Following the AL Supreme Court’s decision in Holton, the Alabama Legislature addressed a certain type of evidence in a criminal trial when it enacted a statute directly intended to apply to the admission of physical evidence. Alabama Code (1975), § 12-21-13, states, “[p]hysical evidence connected with or collected in the investigation of a crime shall not be excluded from consideration by a jury or court due to a failure to prove the chain of custody of the evidence. Whenever a witness in a criminal trial identifies a physical piece of evidence connected with or collected in the investigation of a crime, the evidence shall be submitted to the jury or court for whatever weight the jury or court may deem proper. The trial court in its charge to the jury shall explain any break in the chain of custody concerning the physical evidence.” AL Code Ann. §12-21-13 (1995). In interpreting §12-21-13, the Alabama Supreme Court held, “This statute, by its terms, applies only to ‘[p]hysical evidence connected with or collected in the investigation of’ the charged crime. To invoke the statute [§12-21-13] the proponent of the evidence must first establish that the proffered physical evidence is in fact the very evidence ‘connected with or collected in the investigation.’” Hale v. State, 848 So.2d 224, 228 (Ala.,2002).

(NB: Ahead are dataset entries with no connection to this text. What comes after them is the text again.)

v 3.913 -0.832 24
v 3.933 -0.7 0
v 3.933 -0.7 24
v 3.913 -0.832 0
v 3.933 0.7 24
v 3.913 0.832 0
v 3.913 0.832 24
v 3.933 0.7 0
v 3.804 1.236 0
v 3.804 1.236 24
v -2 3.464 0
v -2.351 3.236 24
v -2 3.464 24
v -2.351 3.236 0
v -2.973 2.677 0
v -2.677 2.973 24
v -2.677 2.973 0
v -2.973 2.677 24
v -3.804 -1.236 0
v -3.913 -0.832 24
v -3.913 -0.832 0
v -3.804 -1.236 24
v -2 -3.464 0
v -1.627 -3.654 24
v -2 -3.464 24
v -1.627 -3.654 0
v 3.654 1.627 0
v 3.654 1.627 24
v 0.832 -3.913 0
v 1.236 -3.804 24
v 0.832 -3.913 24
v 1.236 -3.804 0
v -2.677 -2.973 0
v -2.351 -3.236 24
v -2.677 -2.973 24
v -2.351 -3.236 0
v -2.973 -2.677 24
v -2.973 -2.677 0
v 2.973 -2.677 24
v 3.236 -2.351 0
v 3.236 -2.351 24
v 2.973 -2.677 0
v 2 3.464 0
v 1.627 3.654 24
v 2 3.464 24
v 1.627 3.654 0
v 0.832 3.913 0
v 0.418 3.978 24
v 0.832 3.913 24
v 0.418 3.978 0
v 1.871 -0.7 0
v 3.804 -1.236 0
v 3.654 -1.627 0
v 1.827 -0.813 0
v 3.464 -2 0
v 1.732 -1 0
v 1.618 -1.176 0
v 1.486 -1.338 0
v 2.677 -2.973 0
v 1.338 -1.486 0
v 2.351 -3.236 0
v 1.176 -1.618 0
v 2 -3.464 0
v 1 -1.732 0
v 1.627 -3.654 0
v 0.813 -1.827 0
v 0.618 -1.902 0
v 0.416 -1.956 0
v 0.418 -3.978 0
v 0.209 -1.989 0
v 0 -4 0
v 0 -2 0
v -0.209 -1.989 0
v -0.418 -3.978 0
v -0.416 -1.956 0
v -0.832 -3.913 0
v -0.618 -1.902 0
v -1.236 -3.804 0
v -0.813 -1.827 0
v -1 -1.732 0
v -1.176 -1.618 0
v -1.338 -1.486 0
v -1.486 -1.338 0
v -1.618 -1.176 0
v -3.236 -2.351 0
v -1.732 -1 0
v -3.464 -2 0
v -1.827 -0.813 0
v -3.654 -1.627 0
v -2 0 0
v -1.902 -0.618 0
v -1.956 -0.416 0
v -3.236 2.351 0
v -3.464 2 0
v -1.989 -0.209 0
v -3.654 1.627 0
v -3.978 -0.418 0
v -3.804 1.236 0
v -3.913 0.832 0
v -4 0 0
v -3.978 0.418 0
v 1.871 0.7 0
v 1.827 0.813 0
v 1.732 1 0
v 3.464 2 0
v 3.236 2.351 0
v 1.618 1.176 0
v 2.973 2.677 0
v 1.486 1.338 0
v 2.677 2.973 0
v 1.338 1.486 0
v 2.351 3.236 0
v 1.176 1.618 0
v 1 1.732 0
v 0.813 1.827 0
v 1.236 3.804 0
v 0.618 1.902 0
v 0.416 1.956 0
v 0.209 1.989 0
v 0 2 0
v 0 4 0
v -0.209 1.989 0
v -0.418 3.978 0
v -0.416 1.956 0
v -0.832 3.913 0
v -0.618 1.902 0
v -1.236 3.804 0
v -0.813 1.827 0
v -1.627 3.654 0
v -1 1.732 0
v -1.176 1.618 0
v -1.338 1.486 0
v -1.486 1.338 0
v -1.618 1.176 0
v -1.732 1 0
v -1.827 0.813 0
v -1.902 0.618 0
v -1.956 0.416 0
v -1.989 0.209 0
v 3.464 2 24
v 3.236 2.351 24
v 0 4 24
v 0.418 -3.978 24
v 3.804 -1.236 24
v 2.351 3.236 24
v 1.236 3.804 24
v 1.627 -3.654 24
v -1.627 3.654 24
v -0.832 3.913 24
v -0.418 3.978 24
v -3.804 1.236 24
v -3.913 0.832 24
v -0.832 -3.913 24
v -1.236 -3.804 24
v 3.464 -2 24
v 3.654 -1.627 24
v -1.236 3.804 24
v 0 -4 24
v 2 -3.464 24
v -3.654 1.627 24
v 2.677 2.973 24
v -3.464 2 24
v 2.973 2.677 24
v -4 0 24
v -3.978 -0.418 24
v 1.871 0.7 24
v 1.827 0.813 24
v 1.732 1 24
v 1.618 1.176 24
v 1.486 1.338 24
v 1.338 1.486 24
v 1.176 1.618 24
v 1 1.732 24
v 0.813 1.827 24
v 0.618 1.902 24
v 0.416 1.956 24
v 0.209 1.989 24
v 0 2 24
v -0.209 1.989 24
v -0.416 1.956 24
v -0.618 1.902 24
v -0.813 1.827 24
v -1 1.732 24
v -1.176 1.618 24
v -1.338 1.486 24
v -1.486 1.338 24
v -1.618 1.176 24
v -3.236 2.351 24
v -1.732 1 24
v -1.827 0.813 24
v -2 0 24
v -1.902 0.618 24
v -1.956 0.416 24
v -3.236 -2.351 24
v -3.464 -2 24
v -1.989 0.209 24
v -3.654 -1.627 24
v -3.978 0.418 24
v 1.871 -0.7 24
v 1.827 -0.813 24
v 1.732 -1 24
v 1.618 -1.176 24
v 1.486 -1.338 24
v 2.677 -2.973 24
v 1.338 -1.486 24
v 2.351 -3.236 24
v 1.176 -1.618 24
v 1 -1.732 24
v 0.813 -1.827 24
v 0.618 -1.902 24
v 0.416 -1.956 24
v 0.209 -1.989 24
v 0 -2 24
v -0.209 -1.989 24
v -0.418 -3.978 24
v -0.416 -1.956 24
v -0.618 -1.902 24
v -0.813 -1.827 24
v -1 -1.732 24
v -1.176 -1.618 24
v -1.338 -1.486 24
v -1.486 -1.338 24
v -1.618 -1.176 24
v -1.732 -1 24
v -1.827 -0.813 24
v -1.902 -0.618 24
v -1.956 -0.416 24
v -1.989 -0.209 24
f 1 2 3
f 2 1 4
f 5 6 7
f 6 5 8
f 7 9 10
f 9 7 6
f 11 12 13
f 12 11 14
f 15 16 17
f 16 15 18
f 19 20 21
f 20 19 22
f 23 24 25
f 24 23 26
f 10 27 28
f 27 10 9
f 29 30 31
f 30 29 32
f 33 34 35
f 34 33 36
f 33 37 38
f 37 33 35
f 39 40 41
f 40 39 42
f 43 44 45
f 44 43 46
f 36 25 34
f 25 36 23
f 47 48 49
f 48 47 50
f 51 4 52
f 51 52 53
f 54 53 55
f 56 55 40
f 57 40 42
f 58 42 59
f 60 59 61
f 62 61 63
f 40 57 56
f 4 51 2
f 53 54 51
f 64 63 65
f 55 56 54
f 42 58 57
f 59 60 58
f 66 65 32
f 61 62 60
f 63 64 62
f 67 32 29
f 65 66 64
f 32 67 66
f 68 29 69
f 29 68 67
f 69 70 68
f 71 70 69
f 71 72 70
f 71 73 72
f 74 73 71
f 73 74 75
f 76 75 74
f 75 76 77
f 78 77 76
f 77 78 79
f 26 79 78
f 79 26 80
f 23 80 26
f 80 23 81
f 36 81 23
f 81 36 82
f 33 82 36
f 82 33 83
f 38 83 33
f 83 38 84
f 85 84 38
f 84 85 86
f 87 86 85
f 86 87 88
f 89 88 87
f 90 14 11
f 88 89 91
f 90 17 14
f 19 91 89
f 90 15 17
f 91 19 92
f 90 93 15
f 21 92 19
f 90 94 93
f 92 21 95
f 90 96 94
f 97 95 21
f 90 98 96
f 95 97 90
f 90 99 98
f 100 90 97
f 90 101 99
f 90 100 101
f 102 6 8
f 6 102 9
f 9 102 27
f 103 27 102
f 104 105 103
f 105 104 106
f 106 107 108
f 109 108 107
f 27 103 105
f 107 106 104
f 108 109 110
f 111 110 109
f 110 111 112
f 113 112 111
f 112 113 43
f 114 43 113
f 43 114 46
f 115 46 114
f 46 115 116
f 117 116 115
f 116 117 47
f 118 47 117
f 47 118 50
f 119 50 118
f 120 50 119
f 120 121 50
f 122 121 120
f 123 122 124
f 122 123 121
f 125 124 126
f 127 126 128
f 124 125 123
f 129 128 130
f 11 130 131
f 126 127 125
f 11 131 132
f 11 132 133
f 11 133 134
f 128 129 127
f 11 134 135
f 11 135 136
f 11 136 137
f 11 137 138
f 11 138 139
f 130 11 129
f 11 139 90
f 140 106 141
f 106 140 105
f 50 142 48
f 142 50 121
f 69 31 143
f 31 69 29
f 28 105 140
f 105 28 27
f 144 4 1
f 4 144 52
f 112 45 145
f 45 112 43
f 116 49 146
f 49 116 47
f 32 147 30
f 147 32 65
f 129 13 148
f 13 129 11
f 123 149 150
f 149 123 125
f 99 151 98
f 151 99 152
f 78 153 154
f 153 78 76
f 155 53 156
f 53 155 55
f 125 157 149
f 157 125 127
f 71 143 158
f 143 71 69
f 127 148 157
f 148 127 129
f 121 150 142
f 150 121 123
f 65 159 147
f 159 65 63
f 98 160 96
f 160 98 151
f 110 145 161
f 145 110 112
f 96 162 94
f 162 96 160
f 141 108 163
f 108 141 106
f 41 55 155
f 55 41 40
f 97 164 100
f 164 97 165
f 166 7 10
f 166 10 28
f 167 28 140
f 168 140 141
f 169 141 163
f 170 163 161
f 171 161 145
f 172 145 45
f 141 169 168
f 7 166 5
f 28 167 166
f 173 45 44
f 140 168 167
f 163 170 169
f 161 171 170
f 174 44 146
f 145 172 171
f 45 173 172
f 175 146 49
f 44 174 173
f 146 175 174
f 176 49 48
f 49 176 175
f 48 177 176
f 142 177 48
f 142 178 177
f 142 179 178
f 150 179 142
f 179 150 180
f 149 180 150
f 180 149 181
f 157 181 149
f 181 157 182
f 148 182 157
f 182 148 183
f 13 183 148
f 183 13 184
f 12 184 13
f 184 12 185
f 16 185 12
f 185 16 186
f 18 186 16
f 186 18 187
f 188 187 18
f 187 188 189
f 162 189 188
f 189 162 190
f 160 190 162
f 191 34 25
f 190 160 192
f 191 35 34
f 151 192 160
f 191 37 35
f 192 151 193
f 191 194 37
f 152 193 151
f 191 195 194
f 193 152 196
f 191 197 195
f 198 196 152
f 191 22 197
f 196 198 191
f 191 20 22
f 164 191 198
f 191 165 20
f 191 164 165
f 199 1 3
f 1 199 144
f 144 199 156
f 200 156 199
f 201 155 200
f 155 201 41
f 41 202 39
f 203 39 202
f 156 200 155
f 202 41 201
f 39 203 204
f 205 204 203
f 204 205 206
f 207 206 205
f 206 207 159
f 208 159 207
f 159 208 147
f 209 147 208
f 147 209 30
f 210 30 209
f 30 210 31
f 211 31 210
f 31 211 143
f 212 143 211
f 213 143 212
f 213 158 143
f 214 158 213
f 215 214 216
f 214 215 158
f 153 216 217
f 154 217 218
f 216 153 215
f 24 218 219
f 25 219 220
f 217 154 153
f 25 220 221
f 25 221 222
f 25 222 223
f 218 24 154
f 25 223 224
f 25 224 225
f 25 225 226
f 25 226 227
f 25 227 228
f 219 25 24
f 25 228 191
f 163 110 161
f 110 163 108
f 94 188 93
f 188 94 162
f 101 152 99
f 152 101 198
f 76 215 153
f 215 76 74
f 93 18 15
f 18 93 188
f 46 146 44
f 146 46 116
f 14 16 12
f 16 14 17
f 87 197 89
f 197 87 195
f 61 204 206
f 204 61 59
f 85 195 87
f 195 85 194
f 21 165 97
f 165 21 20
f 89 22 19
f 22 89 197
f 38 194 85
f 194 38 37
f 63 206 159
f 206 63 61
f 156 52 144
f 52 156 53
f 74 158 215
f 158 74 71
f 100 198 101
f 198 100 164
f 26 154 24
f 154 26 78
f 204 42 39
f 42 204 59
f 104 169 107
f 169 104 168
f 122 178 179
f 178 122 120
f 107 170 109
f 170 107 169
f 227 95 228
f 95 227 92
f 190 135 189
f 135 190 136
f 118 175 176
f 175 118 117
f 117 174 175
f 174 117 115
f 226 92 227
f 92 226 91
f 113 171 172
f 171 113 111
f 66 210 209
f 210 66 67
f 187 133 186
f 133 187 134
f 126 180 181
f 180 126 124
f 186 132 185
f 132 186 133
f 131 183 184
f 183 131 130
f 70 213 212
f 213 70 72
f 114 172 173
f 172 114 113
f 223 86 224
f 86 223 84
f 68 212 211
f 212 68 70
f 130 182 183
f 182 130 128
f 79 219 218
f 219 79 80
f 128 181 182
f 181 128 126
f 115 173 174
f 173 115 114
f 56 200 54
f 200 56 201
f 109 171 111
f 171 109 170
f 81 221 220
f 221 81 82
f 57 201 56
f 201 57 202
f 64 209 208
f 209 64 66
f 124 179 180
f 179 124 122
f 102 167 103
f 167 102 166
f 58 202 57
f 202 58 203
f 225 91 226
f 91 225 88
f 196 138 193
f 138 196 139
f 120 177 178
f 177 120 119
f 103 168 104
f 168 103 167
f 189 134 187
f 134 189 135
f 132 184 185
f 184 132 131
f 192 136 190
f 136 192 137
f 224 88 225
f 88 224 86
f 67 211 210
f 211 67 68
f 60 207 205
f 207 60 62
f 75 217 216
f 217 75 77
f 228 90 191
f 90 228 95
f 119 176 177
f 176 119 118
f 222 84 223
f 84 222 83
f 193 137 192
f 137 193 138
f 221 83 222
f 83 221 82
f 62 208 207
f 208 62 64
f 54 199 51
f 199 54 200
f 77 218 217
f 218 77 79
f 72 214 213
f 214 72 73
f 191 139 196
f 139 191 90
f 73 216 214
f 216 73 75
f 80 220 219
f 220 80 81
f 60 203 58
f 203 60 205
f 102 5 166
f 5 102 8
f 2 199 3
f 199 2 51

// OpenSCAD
// Slotted roll pin.
$fn = 60;
eps = 0.02;
inner_d = 4;
outer_d = 8;
length = 24;
slot = 1.4;
difference() {
    cylinder(d=outer_d,h=length);
    translate([0,0,-eps]) cylinder(d=inner_d,h=length+2*eps);
    translate([0,-slot/2,-eps]) cube([outer_d/2+eps,slot,length+2*eps]);
}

However, a limiting aspect of the application of §12-21-13 to the analysis of chain of custody in the legal context is that the statute doesn’t apply universally to all types of evidence in a criminal case. Outside of the definitional requirement that it be “physical” evidence, if the condition of the evidence is at issue, §12-21-13 is inapplicable. This is clear from the decision in Hale where the Court stated, quoting Lee v. State, 748 So.2d 904, 913 (Ala.Crim.App.1999), “[t]he evidence in Lee's case cannot be admissible under § 12–21–13, Ala.Code 1975, because no witness directly testified at trial that the substance tested by [DFS] was the same substance Lee had sold to Larimer. Moreover, the condition of the substance, i.e., whether it was a cocaine, was the crux of the case. Therefore, because there were missing links in the chain of custody, the trial court erred in admitting the substance into evidence over Lee's chain-of-custody objection.” As relevant to ADFS, this means the proponent of evidence (prosecution or defense), must be able to identify the physical evidence up to the point the evidence is submitted to ADFS. Otherwise, §12-21-13 “does not apply to eliminate the need of the [proponent of the evidence] to prove an unbroken chain of custody.” Id. At 229.

  • 1https://legal-dictionary.thefreedictionary.com/Chain+of+Custody
  • 2One exemption to standard chain of custody requirements which is specifically applicable to ADFS are the provisions of Alabama Code (1975) §12-21-300. See Hale v. State, 848 So.2d 224, 231 (Ala.,2002)(holding “Section 12–21–300 preempts the traditional chain of custody predicate law for this evidence once it was received by DFS in this case.”
  • 3Through direct testimony, circumstantial evidence, or submission of a copy of the ADFS chain of custody pursuant to Alabama Rules of Evidence, Rule 803(6) and testimony by a qualifying person with knowledge.